Кристина с искренним удовольствием следила за происходящим. Незнакомец улыбнулся еще доброжелательней. Я едва не плакала.
- Успокойтесь, - сказал он. – Я не знаю, на какую газету вы пишите, но убежден, что вы готовите сенсационную статью. Вы – журналист. (Впрочем, как и я.) Я прав? Писака писаку увидит всяко. Кого пасете?
- Monsieur, e’est monaffaire (сноска: сударь, это мое дело (франц.)), - почему-то сказала я по-французски.
- Ваше-ваше, я не в претензии. Так – праздное любопытство.
- Скорее чрезмерное, чем праздное, - вставила я, наконец-то поняв, что необходимо подыграть (и боже упаси переиграть: человек он, безусловно, умный и проницательный, следовательно – опасный).
- Ваша правда, - согласился журналист. – Чрезмерное любопытство, - можно сказать, профессиональная болезнь большей части нашего с вами брата.
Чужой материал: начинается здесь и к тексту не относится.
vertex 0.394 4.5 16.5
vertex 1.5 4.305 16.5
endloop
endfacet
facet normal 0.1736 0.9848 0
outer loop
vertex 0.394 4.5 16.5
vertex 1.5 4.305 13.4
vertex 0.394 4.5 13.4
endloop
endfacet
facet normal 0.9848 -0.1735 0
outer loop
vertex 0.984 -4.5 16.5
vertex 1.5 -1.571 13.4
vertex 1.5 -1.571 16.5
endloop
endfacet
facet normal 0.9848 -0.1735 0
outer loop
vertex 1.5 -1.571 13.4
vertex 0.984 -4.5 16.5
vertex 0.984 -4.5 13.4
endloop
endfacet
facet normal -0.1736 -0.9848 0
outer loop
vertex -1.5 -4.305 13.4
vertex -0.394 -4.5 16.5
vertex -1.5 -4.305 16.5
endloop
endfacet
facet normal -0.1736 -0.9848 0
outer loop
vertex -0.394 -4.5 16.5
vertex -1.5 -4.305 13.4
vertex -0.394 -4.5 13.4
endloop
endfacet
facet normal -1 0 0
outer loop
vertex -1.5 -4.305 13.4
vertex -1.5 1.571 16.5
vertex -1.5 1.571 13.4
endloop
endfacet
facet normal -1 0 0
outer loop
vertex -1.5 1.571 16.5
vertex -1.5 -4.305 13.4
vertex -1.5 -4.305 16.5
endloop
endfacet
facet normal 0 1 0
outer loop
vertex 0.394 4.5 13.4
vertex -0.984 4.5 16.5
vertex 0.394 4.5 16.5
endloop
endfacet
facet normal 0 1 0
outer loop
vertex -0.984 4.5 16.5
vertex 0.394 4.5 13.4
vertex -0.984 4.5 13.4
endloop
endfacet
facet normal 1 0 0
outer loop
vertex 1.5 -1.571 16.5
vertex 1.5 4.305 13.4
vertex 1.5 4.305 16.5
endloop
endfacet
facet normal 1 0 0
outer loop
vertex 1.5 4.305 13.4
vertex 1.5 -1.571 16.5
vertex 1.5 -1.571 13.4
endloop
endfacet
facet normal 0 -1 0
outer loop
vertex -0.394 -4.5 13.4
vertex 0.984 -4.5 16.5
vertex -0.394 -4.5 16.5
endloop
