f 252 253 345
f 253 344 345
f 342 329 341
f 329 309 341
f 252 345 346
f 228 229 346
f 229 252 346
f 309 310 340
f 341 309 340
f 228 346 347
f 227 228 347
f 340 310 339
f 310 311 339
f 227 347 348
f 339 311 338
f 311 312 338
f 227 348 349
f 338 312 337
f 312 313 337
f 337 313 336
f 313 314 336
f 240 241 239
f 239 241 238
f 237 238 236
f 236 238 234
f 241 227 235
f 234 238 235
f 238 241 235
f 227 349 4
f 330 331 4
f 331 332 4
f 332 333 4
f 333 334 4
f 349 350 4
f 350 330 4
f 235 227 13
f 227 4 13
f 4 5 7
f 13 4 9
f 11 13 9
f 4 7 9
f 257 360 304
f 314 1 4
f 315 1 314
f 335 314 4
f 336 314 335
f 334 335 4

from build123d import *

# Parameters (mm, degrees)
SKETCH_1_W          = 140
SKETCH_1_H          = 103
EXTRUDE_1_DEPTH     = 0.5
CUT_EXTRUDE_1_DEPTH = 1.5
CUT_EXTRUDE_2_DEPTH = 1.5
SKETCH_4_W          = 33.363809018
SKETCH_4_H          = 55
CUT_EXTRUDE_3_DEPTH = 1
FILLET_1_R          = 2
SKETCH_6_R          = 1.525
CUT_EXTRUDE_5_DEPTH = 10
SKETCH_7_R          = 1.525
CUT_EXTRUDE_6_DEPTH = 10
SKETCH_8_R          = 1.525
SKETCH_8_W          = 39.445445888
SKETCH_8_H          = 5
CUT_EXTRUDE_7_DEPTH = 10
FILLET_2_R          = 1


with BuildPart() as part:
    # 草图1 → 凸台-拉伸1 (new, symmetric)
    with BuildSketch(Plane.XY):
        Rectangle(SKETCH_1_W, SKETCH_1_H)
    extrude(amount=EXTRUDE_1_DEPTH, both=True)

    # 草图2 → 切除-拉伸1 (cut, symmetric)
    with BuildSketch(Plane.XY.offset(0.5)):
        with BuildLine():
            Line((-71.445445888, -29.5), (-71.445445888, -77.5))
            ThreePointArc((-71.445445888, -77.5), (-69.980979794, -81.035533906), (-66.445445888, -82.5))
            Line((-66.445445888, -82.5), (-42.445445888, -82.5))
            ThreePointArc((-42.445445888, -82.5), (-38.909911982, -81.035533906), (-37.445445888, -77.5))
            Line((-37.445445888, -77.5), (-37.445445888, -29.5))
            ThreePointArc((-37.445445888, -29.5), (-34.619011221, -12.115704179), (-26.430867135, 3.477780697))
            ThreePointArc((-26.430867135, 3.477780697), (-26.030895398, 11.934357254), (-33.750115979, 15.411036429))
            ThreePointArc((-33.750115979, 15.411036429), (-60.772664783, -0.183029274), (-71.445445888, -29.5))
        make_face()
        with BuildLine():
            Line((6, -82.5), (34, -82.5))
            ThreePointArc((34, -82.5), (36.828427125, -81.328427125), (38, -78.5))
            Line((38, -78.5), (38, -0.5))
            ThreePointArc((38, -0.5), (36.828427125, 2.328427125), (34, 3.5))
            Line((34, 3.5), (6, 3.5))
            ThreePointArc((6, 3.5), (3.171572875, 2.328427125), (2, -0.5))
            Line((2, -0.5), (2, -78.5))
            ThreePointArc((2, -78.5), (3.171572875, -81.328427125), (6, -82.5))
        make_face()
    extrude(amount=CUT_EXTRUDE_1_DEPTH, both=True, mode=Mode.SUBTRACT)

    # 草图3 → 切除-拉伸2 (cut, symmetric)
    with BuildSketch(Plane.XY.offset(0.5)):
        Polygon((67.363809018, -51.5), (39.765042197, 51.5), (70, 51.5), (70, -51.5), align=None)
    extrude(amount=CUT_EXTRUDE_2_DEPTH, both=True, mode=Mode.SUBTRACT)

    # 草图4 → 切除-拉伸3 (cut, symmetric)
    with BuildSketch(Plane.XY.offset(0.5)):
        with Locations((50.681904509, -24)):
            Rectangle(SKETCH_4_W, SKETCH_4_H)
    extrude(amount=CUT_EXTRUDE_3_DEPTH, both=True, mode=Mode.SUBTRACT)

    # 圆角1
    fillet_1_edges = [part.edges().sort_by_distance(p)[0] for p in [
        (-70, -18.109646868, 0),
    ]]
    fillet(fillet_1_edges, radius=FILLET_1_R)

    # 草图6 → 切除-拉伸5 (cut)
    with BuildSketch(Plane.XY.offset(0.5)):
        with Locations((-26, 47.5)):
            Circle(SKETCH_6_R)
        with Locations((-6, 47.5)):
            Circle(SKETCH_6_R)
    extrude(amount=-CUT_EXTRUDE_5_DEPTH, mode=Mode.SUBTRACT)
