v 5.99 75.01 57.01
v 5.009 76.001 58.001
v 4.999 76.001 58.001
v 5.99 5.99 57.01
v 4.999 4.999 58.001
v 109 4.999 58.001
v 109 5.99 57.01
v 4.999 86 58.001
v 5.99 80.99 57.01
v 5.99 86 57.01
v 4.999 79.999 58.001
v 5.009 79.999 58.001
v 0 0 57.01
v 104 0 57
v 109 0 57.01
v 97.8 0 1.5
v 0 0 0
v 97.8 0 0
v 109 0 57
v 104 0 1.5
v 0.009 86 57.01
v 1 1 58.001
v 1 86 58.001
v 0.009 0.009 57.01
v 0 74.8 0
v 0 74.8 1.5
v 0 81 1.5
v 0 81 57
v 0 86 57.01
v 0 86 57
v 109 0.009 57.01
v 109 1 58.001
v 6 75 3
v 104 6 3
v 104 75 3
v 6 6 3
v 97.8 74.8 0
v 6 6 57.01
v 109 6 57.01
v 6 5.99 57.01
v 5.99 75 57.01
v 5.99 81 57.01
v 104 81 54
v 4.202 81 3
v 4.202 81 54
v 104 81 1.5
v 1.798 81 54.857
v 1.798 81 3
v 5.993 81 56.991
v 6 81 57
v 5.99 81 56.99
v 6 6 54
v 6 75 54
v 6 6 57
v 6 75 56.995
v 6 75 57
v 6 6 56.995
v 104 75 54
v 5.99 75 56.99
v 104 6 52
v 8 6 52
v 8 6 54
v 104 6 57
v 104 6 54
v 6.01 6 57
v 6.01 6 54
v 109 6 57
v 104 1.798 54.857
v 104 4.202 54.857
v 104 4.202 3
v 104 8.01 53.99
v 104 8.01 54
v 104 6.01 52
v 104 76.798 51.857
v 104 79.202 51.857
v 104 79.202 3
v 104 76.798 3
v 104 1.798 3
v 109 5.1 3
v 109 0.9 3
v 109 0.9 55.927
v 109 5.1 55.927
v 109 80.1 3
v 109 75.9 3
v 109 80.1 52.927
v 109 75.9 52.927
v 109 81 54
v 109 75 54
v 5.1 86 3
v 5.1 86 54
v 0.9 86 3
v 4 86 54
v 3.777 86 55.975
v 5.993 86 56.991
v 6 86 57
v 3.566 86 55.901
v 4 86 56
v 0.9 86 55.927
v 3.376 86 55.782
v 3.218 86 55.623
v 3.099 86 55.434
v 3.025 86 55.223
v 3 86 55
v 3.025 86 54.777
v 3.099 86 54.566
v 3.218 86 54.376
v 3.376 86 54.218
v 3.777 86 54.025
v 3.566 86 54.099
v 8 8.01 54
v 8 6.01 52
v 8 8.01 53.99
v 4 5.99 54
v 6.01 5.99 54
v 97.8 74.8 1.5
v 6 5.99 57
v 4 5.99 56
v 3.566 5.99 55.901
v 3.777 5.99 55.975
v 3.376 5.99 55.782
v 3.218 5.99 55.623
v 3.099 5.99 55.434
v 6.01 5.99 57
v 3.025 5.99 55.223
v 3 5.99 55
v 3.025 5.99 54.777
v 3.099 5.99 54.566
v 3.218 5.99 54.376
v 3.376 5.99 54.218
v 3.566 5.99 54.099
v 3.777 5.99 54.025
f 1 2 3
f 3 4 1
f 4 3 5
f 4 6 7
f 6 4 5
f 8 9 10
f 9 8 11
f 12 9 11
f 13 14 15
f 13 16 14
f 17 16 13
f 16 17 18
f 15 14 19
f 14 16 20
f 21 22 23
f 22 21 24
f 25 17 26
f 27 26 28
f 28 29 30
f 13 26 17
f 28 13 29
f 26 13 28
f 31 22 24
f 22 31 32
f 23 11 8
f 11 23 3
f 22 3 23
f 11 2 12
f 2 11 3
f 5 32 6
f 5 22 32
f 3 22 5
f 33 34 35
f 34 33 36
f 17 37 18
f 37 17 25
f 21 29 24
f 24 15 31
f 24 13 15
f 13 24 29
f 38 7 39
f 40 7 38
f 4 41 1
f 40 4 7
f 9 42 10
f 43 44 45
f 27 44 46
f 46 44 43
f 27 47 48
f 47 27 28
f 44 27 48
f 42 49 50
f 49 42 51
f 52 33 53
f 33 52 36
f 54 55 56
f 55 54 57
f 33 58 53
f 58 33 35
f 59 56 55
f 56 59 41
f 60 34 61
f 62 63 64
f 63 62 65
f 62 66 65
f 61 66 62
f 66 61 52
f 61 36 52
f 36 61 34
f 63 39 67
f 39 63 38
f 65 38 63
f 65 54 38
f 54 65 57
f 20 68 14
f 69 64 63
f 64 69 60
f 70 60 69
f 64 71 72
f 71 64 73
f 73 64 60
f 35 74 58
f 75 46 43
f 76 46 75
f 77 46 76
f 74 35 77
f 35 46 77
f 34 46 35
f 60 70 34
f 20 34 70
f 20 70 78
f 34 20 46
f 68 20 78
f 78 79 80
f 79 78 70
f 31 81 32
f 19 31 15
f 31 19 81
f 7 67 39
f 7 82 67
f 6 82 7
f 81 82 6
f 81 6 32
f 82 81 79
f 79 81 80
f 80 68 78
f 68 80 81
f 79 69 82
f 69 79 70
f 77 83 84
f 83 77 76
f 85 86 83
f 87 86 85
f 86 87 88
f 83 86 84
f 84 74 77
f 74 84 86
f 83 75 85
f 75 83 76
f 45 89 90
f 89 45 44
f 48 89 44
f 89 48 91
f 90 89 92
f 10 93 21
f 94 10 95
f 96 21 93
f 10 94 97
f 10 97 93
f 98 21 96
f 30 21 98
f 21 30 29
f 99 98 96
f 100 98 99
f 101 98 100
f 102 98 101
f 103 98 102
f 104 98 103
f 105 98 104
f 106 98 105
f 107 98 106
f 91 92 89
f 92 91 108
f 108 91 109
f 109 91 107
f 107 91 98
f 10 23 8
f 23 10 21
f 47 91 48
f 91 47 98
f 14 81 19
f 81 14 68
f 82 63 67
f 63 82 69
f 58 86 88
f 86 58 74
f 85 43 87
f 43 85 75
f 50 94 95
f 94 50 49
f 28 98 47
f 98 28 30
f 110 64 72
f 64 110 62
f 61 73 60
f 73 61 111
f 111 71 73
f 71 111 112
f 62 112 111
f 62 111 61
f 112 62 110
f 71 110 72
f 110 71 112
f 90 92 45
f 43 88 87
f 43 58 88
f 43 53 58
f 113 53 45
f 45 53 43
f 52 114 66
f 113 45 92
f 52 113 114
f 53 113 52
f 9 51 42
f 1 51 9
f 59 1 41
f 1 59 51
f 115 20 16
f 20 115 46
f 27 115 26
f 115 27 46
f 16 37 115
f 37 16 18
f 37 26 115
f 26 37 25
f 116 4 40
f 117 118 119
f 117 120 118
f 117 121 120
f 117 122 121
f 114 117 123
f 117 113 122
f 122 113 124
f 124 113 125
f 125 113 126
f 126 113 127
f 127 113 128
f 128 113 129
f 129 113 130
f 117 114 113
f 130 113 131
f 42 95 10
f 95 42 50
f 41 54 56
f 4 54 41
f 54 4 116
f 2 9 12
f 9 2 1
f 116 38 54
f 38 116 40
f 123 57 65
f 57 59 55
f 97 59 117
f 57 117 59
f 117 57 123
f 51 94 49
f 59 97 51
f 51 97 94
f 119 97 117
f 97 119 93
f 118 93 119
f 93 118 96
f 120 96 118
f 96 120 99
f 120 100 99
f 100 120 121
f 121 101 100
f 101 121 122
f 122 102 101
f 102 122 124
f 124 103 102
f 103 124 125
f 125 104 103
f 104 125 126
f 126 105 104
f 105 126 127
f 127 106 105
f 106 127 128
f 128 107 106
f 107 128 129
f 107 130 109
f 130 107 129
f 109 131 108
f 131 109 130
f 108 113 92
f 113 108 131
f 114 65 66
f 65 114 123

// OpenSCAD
// ============================================================================
// cutlery_box.scad
// Graduated 3-chamber disposable-cutlery box (Option 3) — CUT-FROM-SOLID port
// of build_box.py, for a 120 x 120 x 120 mm printer (AOSEED).
//
// WHY THIS PORT EXISTS (the whole point):
//   The hand-mesh generator (build_box.py) could not keep the 1 mm rim chamfer
//   continuous across the female dovetail joints, because where a slot's flared
//   corner crosses the sloped chamfer it needs a true boolean intersection.
//   OpenSCAD HAS that boolean kernel, so here we do exactly the "cut-from-solid"
//   thing:
//      1. Build the ENTIRE box as ONE solid, WITH the chamfer already on it.
//      2. difference() out vertical dovetail prisms ( /_\ cross-section ),
//         running from just above the base plate up THROUGH the rim, to both
//         (a) form the sliding-dovetail joints, and
//         (b) split the box into 6 bed-sized pieces.
//   Because the cut is a real boolean through the already-chamfered solid, the
//   sloped chamfer<->slot edge is produced for free => the rim chamfer stays
//   CONTINUOUS across every joint, with none of the sliver hacks.
//
// ----------------------------------------------------------------------------
// HOW TO USE
//   In the app:  set `part` below (or use the Customizer dropdown), F5 to
//                preview, F6 to render, then File > Export > STL.
//   One piece (CLI):
//      openscad -o body_knife_A.stl -D 'part="knife_A"' cutlery_box.scad
//   ALL SIX (bash, run from this folder):
//      for p in knife_A knife_B fork_A fork_B spoon_A spoon_B; do \
//        openscad -o "body_$p.stl" -D "part=\"$p\"" cutlery_box.scad ; done
//   PNG preview of one piece:
//      openscad -o knife_B.png --imgsize=1400,1000 --autocenter --viewall \
//        -D 'part="knife_B"' cutlery_box.scad
//
//   Pieces are modelled in ASSEMBLED coordinates (floor-down, z=0 is the bed),
//   so importing all six STLs together shows the assembled box directly; your
//   slicer will auto-drop each one onto the plate for printing.
//
// BED SANITY: every piece is <= 120 mm in X, Y, Z.
//   Z = 58 mm. Widest piece = spoon at 117 mm (Y). A-halves reach 109 mm (X,
//   including the protruding dovetail key). All under 120.
//
// !! I could NOT run OpenSCAD to verify this file (no binary in my sandbox) !!
//   - The rim chamfer is a SMOOTH, true-45 bevel built from hull() frustums of
//     convex rectangles. Works in every OpenSCAD since ~2015 (incl. Homebrew
//     2021.01). No stepped staircase -- and, crucially, it makes box() a clean
//     well-formed solid so the per-part booleans resolve reliably (the old
//     14-slice staircase was fragile and CGAL was dropping the walls of the
//     interior parts, leaving only the key prisms => "floating boxes").
//   - roof() is still available behind USE_ROOF=true for those who have it
//     (2021.01+ snapshots); for THIS rectangular design it is identical, so it
//     is NOT required.
//   - After F6, check the console for "WARNING"/"not a valid 2-manifold".
//     If a tenon ever looks detached, bump EPS to 0.05.
// ============================================================================


/* [Part to render / export] */
part = "knife_A"; // [knife_A, knife_B, fork_A, fork_B, spoon_A, spoon_B, assembly]

/* [Chamfer method] */
// false = smooth hull() frustum bevel (default, any OpenSCAD); true = roof() (2021.01+)
USE_ROOF = false;

/* [Heights (mm)] */
BASE   = 3.0;     // floor / base-plate thickness
COMP_H = 55.0;    // interior wall height above the floor (cutlery stack depth)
Мой следующий вопрос – лучшее тому доказательство. Так где же Сирень? Вы мне так и не ответили.
Вот приклеился-то со своим Сиренью… как банный лист. Где, где? откуда я знаю, где? Но вслух выразилась иначе:
- Он не герой моей статьи; не знаю. Впрочем, может быть, у себя в кафе… как обычно… где же ему еще быть.
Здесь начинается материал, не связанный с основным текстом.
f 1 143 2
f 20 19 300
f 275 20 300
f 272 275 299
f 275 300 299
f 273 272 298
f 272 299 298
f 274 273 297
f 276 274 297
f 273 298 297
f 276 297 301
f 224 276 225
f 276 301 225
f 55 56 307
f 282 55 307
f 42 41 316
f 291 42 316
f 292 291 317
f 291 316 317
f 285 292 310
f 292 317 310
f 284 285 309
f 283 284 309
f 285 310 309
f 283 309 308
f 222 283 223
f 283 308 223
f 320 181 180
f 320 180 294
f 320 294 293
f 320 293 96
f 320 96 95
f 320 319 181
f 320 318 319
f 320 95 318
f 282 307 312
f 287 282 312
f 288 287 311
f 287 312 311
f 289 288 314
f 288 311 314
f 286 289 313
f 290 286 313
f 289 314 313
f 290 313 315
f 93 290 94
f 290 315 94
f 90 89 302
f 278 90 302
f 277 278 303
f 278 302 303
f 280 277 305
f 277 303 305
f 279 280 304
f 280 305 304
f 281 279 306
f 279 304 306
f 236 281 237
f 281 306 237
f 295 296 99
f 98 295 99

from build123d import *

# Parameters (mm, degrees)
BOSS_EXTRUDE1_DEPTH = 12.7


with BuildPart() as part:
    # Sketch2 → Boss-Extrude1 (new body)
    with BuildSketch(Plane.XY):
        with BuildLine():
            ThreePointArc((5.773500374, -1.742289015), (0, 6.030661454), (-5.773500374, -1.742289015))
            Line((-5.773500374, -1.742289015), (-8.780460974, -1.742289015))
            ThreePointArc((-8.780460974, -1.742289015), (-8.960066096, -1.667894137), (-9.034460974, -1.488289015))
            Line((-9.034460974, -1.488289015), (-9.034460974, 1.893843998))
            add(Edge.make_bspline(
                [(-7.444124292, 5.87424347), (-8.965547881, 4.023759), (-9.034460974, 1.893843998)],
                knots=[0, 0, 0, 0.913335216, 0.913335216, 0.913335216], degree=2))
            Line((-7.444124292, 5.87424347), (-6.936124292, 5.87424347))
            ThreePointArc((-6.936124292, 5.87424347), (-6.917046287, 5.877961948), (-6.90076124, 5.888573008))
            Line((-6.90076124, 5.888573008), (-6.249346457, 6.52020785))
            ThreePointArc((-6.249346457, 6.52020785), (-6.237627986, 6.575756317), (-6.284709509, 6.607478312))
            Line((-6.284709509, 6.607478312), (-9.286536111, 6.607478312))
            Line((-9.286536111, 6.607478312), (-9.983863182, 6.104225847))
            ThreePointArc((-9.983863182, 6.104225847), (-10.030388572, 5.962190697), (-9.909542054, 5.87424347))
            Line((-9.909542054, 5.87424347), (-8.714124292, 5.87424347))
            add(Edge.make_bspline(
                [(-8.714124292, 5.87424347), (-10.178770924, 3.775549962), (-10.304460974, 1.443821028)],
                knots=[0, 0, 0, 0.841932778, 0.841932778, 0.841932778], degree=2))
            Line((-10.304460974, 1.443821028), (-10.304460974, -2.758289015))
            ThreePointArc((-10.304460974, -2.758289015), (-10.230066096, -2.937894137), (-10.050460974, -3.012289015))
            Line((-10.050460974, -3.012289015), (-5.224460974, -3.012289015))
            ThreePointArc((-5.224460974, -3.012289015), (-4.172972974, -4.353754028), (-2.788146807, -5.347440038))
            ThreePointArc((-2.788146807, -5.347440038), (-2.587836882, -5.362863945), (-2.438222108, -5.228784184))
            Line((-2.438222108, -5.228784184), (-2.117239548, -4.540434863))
Молодой человек все так же улыбался нам (теперь только – своими умными глазами), молчал и пристально изучал и меня и Кристину.
- Что? – не выдержала я его лукавого взора. – Что не так?
- Так он что, из Африки еще не прилетел? – спросил журналист после того, как раскромсал зубами леденец.
- Сирень? Из Африки? Что за галиматья? Вы издеваетесь, да?
Журналист отрицательно мотнул головой.
- Нет?.. Ах, ну, конечно же, это какая-нибудь идиома, которую я не слышала и не знаю ее истинного смысла.